Глеб спохватился. Снял с себя ветровку, набросил мне на плечи. Я поправила сползающий рукав и вдруг заметила на обшлаге свежее бордовое пятно.

Я подняла голову и встретилась глазами с Глебом. Приятель шевельнул белыми губами, но не смог произнести ни одного звука. Мне стало страшно.

— Что это? — шепотом спросила я.

Глеб подхватил меня под руку, потащил к ограде. Мы миновали калитку, пошли вдоль дороги. Глеб напористо тащил меня под локоть, словно муравей дохлую гусеницу. Я уже не ощущала холода. Напротив: от страха кровь побежала по жилам быстрее, мне разом стало жарко.

— Куда ты меня тащишь? — спросила я.

— Не знаю. Подальше отсюда. Я сейчас с ума сойду.

Я остановила Глеба, развернула его лицом к себе и спросила, указывая на пятно:

— Глеб, что это?

Он не ответил. Только клацнул зубами, как голодный волк.

— Это кровь? — спросила я, понизив голос.

Глеб молча кивнул. У меня мгновенно ослабели ноги, и я уселась прямо на мокрую обочину. Глеб присел рядом на корточки. Его заметно колотило, то ли от холода, то ли от страха.

— Ты бы это видела! — пробормотал он и растер щеки дрожащими ладонями.

Я взяла его за запястья и отвела ладони от лица:

— Посмотри на меня.

Глеб молча затряс головой. Его веки были крепко зажмурены.

— Смотри на меня! — настойчиво приказала я.

Глеб медленно раскрыл глаза. Минуту взгляд оставался бессмысленным, затем зрачки дрогнули и сфокусировались на мне.

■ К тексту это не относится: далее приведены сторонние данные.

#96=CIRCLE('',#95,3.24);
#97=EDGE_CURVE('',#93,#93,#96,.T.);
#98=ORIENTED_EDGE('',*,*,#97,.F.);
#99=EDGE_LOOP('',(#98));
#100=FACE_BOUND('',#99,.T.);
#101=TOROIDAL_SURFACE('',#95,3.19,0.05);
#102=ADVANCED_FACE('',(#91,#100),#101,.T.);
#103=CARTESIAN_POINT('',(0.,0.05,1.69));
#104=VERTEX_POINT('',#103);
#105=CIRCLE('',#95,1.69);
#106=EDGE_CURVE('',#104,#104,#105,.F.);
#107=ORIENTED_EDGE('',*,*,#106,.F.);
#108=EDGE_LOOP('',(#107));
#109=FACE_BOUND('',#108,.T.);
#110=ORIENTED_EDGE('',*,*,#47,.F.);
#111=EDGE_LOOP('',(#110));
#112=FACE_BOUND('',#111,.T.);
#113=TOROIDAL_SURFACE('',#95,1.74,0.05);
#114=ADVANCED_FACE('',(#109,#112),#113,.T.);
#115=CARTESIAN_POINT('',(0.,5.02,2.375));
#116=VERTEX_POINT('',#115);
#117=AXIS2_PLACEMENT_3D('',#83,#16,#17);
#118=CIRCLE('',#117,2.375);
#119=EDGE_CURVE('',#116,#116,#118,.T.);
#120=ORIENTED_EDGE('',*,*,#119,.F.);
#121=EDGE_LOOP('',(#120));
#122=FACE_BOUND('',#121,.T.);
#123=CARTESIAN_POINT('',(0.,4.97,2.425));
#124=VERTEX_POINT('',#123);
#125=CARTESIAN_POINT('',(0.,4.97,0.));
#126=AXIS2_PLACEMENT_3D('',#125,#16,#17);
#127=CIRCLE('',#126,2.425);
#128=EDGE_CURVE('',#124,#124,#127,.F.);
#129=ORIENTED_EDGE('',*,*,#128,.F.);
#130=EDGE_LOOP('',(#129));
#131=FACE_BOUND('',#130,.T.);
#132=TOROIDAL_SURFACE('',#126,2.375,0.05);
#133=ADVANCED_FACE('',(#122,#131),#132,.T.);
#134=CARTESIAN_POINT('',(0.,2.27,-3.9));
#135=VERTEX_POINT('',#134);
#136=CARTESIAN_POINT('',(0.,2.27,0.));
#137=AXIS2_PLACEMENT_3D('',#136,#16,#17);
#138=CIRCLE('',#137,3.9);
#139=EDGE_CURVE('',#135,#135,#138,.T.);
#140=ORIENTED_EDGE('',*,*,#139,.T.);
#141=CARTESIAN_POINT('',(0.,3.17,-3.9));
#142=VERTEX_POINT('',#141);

— Успокойся! — велела я жестко. — Нам нельзя впадать в панику! У нас и так полно неприятностей! Ну! Приди в себя! Слышишь?

Я с силой тряхнула его за плечи. Глеб чуть не свалился на мокрую дорогу.

— Слышу, — ответил он наконец, к великому моему облегчению. — Не тряси меня, Катя, я соображаю.

— Что произошло на яхте? — спросила я. — Ты ведь задержался потому, что там что-то произошло, правда?

Глеб кивнул. Его зубы снова отчетливо клацнули.

— Там… Альберт…

Я выпустила плечи Глеба. Догадка была страшной, поэтому я задала следующий вопрос шепотом:

— Он жив?

Глеб отчаянно затряс головой, и его наконец прорвало:

— Поднимаюсь по трапу, а на яхте ни одной живой души! Там команда из трех человек, видимо Альберт всех отпустил на берег. Ну, хожу по судну, зову… Никто не отвечает. Спускаюсь в кают-компанию, а там Альберт за столом сидит. Перед ним открытая бутылка вина, а он сидит с раскрытым ртом и пялится прямо на меня. И глаза такие… неживые, стеклянные. А вокруг него! Господи!

Глеб шумно вздохнул.

— Вокруг все в крови! Боже мой, Катя, я такого ужаса даже в кино не видел! Лицо у него тоже было в крови, и шея, и руки… Все, все, все в крови! И на полу возле ботинка целая лужа! И запах, солоноватый такой…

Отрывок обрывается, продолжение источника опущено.